XBRL (eXtensible Business Reporting Language) ist eine auf XML (eXtensible Markup Language) basierende Auszeichnungssprache zur Darstellung hierarchisch strukturierter Daten in der internationalen Finanzberichterstattung in Form von Textdateien. Diese elektronischen Dokumente können durch das XBRL-Format Plattform- und Implementationsunabhängig zwischen zwei Computersystemen ausgetauscht werden. Der Zielrechner kennt durch dieses einheitliche Format exakt die Struktur der ankommenden Daten.

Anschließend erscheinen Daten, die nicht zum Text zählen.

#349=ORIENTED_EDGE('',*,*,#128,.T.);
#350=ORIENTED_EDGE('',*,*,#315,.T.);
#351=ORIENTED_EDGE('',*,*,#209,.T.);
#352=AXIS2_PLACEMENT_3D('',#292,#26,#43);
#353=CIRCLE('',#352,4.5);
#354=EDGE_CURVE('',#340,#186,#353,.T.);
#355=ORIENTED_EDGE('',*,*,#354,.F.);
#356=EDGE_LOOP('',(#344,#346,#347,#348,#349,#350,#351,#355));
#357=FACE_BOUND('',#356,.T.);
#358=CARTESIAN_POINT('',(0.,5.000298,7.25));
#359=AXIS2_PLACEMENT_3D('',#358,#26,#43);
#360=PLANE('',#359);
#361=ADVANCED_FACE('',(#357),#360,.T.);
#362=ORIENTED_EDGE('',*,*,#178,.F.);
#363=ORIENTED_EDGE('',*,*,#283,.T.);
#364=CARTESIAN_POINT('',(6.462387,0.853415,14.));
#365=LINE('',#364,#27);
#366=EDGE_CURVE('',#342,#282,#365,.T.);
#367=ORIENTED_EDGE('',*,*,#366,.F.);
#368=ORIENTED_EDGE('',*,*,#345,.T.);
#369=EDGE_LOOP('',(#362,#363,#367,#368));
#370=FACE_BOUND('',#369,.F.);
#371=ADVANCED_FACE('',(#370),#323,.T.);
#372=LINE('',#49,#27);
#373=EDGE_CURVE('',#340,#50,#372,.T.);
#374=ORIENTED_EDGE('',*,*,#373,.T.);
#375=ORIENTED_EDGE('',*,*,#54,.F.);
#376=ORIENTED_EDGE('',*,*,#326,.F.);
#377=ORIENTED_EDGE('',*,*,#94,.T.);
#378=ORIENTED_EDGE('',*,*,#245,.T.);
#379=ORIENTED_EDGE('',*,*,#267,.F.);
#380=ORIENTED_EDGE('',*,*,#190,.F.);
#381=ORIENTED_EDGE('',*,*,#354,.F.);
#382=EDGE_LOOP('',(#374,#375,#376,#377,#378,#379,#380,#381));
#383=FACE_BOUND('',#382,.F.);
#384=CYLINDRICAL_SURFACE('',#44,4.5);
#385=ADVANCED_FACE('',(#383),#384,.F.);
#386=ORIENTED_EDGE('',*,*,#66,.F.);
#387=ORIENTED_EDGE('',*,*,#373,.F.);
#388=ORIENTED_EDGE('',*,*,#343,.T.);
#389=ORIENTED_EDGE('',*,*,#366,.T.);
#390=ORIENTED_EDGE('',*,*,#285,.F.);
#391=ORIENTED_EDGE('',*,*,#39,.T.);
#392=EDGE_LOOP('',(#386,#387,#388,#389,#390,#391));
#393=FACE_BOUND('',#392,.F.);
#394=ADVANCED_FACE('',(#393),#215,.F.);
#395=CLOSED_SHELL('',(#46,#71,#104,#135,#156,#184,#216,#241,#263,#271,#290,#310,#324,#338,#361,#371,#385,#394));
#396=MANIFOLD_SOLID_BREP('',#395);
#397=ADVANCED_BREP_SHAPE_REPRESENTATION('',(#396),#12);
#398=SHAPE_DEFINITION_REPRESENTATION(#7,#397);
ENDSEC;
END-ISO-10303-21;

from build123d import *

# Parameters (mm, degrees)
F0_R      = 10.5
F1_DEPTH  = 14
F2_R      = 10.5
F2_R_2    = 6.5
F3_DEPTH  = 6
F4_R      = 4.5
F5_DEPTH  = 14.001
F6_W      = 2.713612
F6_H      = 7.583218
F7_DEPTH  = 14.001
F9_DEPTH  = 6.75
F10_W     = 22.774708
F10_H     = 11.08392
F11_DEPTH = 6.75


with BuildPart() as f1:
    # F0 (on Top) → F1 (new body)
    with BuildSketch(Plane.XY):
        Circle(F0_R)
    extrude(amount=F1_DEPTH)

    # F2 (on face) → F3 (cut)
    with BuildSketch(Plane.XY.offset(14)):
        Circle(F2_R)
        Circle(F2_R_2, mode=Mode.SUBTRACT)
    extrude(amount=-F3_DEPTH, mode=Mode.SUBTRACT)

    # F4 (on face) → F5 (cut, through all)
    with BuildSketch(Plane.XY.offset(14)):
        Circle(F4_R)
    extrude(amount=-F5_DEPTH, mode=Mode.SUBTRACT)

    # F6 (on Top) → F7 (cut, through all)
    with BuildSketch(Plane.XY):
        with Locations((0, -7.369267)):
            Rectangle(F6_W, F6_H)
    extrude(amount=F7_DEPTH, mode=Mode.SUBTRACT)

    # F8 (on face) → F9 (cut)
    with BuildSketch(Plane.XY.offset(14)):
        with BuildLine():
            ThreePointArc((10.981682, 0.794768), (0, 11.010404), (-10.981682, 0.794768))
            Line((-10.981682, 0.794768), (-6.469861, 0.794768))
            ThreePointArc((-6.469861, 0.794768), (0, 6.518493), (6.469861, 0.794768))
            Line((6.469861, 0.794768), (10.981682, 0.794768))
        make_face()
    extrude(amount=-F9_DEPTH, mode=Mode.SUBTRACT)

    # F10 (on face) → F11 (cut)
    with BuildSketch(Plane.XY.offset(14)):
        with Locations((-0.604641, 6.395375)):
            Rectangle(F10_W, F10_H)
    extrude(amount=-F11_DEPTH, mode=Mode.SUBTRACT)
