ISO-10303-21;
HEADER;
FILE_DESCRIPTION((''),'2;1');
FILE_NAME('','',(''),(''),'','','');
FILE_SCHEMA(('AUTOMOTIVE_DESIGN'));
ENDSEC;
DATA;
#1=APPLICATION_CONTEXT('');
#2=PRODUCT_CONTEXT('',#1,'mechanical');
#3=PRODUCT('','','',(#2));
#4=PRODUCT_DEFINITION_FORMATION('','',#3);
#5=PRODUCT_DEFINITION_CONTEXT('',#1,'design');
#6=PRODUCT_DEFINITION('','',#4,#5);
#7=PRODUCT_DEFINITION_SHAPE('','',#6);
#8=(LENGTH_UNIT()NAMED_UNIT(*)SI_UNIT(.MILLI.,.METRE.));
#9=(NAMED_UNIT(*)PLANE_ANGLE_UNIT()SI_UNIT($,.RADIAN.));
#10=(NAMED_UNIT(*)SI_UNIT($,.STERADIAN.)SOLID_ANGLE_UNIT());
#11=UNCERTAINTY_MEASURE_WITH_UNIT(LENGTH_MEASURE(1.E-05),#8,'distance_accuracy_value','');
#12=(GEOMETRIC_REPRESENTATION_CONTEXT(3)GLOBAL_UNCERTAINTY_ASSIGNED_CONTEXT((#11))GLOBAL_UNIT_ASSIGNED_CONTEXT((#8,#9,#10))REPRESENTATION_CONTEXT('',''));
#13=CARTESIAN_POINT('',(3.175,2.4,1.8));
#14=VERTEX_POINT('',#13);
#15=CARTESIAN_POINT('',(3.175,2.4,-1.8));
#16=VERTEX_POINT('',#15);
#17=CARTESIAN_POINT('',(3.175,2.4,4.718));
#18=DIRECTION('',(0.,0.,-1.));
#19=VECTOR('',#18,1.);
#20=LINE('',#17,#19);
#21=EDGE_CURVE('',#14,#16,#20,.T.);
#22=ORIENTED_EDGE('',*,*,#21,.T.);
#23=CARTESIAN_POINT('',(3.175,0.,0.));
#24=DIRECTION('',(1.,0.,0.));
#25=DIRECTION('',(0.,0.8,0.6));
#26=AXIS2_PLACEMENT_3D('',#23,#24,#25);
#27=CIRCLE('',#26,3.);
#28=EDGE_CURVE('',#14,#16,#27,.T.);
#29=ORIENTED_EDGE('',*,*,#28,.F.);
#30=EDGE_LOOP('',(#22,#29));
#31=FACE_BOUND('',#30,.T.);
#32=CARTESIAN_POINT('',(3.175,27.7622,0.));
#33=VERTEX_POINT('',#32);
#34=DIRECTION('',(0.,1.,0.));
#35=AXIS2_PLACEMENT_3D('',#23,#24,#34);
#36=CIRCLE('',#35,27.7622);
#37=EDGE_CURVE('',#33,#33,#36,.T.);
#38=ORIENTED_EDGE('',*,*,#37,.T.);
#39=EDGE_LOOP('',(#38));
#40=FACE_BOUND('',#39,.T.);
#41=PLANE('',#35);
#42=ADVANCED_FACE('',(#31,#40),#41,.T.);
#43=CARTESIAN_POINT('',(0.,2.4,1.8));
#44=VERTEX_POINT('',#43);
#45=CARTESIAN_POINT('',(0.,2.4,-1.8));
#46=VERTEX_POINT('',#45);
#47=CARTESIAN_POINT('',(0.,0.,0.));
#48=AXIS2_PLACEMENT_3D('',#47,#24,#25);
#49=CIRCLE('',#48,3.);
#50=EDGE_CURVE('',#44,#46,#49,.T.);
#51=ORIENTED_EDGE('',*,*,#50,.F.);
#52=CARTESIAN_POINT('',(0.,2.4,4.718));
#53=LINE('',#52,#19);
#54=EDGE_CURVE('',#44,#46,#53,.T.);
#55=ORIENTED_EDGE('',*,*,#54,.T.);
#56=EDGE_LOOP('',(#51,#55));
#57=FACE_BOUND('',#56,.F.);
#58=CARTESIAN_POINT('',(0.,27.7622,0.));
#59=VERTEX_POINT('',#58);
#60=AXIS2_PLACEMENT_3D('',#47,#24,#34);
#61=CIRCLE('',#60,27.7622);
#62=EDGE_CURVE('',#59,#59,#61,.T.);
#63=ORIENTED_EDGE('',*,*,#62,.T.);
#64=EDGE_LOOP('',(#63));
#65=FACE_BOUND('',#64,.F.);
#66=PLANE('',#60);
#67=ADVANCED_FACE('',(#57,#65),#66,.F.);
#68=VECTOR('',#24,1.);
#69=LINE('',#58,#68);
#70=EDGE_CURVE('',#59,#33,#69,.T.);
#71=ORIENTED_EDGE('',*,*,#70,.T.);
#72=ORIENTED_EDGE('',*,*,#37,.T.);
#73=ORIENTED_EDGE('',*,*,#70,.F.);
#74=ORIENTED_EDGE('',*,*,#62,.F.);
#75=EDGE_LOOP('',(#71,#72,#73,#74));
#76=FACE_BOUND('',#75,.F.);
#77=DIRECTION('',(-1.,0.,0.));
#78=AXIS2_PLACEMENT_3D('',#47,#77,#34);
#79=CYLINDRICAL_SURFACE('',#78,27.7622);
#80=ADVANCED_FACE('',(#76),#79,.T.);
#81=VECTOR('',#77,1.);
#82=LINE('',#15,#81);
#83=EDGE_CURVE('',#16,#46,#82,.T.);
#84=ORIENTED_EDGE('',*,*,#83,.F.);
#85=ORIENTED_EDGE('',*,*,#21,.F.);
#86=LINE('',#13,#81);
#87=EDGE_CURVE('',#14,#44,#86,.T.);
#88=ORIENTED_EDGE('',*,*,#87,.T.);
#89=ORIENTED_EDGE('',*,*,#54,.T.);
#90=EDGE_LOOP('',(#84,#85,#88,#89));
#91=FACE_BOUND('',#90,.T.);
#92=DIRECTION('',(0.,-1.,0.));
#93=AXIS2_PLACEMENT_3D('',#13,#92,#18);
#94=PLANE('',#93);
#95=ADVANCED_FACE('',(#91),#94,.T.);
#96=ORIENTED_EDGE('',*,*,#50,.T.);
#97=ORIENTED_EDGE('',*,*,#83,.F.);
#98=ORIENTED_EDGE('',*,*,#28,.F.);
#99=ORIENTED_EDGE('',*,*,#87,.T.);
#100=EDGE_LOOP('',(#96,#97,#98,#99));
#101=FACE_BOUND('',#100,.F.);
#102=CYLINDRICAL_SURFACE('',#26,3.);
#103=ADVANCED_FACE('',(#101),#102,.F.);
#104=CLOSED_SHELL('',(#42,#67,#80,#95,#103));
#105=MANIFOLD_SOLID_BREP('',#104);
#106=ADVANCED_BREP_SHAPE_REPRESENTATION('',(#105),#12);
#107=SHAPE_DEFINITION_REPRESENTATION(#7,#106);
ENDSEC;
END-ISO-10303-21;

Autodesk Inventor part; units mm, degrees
ref_plane "YZ Plane" through (0, 0, 0) normal (1, 0, 0) x (0, 1, 0)
ref_plane "XZ Plane" through (0, 0, 0) normal (0, 1, 0) x (-1, 0, 0)
ref_plane "XY Plane" through (0, 0, 0) normal (0, 0, 1) x (1, 0, 0)
sketch "Sketch1" plane through (0, 0, 0) normal (1, 0, 0) x (0, 1, 0)
  circle A0 centre (0, 0) radius 27.7622
  dimension "d0" = 55.5244
extrude "Extrusion1" add sketch "Sketch1" along normal blind 3.175
sketch "Sketch2" plane through (3.175, 0, 0) normal (1, 0, 0) x (0, 0, -1)
  arc A0 (-1.8, 2.4) -> (1.8, 2.4) centre (0, 0) ccw
  line L0 (0, -3) -> (4.3918, -3) construction
  line L1 (-4.718, 2.4) -> (9.613, 2.4)
  dimension "d3" = 6
  dimension "d4" = 5.4
extrude "Extrusion2" cut sketch "Sketch2" against normal blind 3.175
properties part number "wheel_acry"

Ziel von XBRL ist es, diese Ineffizienzen im Prozess des Datenaustauschs und der -analyse zu reduzieren sowie den Vergleich und die Vergleichbarkeit von Informationen zu erleichtern.

Gesetze, zum Beispiel die der EBA (Europäische Bankenaufsichtsbehörde) auf europäischer Ebene, geben vor, welche regulatorischen Daten geliefert werden müssen. Daran orientiert sich die XBRL-Taxonomie, welche den Aufbau eines einzelnen XBRL-Dokumentes spezifiziert. Dieses strukturierte Verzeichnis bzw. Klassifizierungssystem (nach Themenbereich i.d.R. nach Rechnungslegungsstandard) definiert die verschiedenartigen Elemente, z.B. Positionen aus der Gewinn- und Verlustrechnung oder den Namen des Unternehmens. Zudem werden deren Beziehungen zueinander abgebildet (Position “Umlaufvermögen” ist Teil der Position “Aktiva”). Aus diesen Elementen setzt sich eine XBRL-Instanz, ein elektronischer Report der die konkreten Daten eines bestimmten Falles/Unternehmens enthält, zusammen.